L’inflation devrait s’atténuer plus tard cette année, a poursuivi la banque, pour se rapprocher de son objectif de 2,0 %.

Une possible campagne électorale

Moshe Lander, chargé de cours principal en économie à l’Université Concordia, a souligné que la Banque du Canada pourrait suspendre tout changement de taux pour ne pas étouffer un rebond naissant.

Mais plus elle tarde à faire quoi que ce soit, plus elle s’approchera de l’automne et d’une possible campagne électorale fédérale. Or, la banque évite traditionnellement toute modification de taux en période électorale, pour éviter que ses actions soient politisées et menacent son indépendance.
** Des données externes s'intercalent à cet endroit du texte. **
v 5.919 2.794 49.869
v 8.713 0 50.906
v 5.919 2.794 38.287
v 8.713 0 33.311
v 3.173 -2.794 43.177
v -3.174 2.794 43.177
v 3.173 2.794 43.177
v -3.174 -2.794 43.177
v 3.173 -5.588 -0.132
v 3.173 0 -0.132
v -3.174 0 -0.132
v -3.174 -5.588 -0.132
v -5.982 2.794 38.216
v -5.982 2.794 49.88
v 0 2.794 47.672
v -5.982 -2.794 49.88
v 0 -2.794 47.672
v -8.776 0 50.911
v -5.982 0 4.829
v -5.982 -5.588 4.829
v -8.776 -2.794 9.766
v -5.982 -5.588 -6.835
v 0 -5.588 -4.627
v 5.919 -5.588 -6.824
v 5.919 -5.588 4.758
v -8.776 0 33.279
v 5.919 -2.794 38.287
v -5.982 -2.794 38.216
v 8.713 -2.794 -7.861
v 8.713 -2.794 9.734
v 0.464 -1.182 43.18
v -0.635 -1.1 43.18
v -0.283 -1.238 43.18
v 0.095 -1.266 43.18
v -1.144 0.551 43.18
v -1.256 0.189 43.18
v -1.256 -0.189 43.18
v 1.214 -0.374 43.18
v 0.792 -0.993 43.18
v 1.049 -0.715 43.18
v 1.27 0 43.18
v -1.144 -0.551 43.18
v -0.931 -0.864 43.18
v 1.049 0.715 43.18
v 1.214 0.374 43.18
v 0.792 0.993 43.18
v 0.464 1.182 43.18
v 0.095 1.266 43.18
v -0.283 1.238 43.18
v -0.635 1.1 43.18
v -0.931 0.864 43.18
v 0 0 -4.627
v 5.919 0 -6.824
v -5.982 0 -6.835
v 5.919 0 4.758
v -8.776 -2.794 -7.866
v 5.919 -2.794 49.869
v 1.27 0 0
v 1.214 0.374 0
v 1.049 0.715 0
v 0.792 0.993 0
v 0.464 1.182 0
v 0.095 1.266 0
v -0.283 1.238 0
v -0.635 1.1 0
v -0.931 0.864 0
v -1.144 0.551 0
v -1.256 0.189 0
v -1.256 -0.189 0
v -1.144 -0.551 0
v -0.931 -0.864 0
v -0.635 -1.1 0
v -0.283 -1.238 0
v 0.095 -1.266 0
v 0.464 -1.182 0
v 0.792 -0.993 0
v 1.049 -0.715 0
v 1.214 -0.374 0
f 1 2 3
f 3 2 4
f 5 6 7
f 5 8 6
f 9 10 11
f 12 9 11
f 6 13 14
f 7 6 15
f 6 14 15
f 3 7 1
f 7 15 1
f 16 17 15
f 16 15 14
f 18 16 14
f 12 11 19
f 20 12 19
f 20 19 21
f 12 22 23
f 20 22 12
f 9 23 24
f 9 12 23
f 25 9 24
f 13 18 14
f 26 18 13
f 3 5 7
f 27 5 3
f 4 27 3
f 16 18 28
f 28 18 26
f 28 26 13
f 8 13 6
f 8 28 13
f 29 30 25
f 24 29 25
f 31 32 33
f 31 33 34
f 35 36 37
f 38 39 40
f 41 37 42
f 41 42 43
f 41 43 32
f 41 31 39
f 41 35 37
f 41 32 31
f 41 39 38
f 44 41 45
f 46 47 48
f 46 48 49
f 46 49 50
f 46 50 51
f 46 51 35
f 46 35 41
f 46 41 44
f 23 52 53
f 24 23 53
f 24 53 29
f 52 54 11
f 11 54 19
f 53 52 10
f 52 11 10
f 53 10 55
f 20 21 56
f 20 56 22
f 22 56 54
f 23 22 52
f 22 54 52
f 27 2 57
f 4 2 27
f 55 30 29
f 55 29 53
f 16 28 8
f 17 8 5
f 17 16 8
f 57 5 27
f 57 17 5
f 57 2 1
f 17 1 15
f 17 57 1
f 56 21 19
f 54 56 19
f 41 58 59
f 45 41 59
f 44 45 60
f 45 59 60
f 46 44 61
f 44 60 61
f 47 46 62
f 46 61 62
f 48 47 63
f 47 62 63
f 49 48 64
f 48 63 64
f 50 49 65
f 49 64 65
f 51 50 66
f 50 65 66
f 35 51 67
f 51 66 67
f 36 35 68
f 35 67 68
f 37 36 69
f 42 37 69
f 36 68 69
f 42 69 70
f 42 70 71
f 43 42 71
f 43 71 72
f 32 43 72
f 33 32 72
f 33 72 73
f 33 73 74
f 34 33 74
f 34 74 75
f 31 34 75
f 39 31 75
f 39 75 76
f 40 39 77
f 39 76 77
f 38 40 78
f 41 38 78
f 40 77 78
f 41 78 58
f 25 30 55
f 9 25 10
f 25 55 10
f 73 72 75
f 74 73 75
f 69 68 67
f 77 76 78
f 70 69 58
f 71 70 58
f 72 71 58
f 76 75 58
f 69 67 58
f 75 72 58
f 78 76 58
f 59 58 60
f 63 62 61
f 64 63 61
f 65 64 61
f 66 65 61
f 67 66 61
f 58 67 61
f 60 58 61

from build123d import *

# Parameters (mm, degrees)
F0_R        = 1.27
F1_DEPTH    = 43.18
F3_DEPTH    = 2.794
F4_T1_DEPTH = 48.6435811926
F5_DEPTH    = 5.588
F6_T1_DEPTH = 48.6435811926


# Not quite as in the source:
# - a fillet or chamfer that OpenCascade refuses, or shapes differently, is made with other operations: its cross-section is extruded or revolved along the edge and cut away or added


with BuildPart() as f1:
    # F0 (on Top) → F1 (new body)
    with BuildSketch(Plane.XY):
        Circle(F0_R)
    extrude(amount=F1_DEPTH)


with BuildPart() as f3:
    # F2 (on Front) → F3 (new body, symmetric)
    with BuildSketch(Plane.XZ):
        Polygon((-3.1743557192, 43.1767851114), (3.1734784134, 43.1767851114), (10.9989056364, 29.2393378913), (10.9989056364, 51.7546199262), (0, 47.6719401777), (-11.0619841143, 51.7546199262), (-11.0619841143, 29.2393378913), align=None)
    extrude(amount=F3_DEPTH, both=True)

    # F4: chamfer of 5.08 on 4 edges, made by hand

    # F4_s2 → F4_t1 (cut)
    with BuildSketch(Plane.XY.offset(16.1751883125)):
        Polygon((10.9989056364, 2.286), (5.9189056364, -2.794), (10.9989056364, -2.794), align=None)
        Polygon((10.9989056364, -2.286), (5.9189056364, 2.794), (10.9989056364, 2.794), align=None)
        Polygon((-11.0619841143, 2.286), (-5.9819841143, -2.794), (-11.0619841143, -2.794), align=None)
        Polygon((-11.0619841143, -2.286), (-5.9819841143, 2.794), (-11.0619841143, 2.794), align=None)
    extrude(amount=F4_T1_DEPTH, mode=Mode.SUBTRACT)


with BuildPart() as f5:
    # F2 (on Front) → F5 (new body)
    with BuildSketch(Plane.XZ):
        Polygon((10.9989056364, 13.8055048883), (3.1734784134, -0.1319423318), (-3.1743557192, -0.1319423318), (-11.0619841143, 13.8055048883), (-11.0619841143, -8.7097771466), (0, -4.627097398), (10.9989056364, -8.7097771466), align=None)
    extrude(amount=F5_DEPTH)

    # F6: chamfer of 5.08 on 4 edges, made by hand

    # F6_s2 → F6_t1 (cut)
    with BuildSketch(Plane.XY.offset(-21.7739267254)):
        Polygon((-11.0619841143, -5.08), (-5.9819841143, 0), (-11.0619841143, 0), align=None)
        Polygon((-11.0619841143, -0.508), (-5.9819841143, -5.588), (-11.0619841143, -5.588), align=None)
        Polygon((10.9989056364, -0.508), (5.9189056364, -5.588), (10.9989056364, -5.588), align=None)
        Polygon((10.9989056364, -5.08), (5.9189056364, 0), (10.9989056364, 0), align=None)
    extrude(amount=F6_T1_DEPTH, mode=Mode.SUBTRACT)


solid = Compound([f1.part, f3.part, f5.part])
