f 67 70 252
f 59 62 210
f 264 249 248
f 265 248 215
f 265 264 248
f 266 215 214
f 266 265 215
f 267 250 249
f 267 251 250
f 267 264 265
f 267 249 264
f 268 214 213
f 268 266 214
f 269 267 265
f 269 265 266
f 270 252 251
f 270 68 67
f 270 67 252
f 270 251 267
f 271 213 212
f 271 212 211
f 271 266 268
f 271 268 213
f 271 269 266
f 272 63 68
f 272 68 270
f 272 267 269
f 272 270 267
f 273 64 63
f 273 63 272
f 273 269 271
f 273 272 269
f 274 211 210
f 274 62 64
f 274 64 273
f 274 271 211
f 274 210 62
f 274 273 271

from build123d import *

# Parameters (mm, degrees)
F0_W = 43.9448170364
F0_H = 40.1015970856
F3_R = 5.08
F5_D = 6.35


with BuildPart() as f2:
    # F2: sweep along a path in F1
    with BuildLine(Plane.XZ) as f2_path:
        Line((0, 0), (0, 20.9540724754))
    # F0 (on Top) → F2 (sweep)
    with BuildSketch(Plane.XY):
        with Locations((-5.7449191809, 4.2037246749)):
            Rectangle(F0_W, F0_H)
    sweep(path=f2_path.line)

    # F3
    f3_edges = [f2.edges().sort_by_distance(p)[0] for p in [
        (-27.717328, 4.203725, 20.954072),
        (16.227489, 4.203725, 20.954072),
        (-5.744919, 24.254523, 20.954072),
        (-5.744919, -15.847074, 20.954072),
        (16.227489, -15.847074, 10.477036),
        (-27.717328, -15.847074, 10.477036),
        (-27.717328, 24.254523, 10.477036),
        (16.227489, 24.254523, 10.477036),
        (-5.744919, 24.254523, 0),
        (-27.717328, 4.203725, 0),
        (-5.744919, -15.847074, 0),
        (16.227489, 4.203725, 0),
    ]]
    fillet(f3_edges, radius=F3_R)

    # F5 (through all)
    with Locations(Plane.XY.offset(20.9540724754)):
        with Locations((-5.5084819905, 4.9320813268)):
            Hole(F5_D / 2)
« À moins qu’il n’y ait un signal économique clair indiquant que les taux d’intérêt doivent être relevés et que cela doit être fait maintenant, je pense que la Banque du Canada va probablement essayer de passer son tour », a estimé Moshe Lander.

Le moment et la façon choisis par la banque centrale pour mettre fin à ses mesures de relance monétaire auront des implications pour les décideurs budgétaires, a pour sa part observé Robert Asselin, premier vice-président aux politiques publiques du Conseil canadien des affaires.

Les politiciens fédéraux, a-t-il dit, pourraient se retrouver contraints de réagir à l’inflation si les électeurs soulèvent des inquiétudes avant ou pendant une campagne, ou si les marchés deviennent plus volatils. Et lorsque la banque commencera à augmenter ses taux, le gouvernement fédéral devra se demander s’il doit garder ouverts les robinets des dépenses de relance, a expliqué Robert Asselin.

« Il sera difficile pour les décideurs politiques de justifier une politique budgétaire très ouverte et laxiste, si la politique monétaire (de la Banque du Canada) dit essentiellement (…) que nous nous sommes remis de la crise », a précisé Robert Asselin, un ancien conseiller budgétaire des libéraux fédéraux.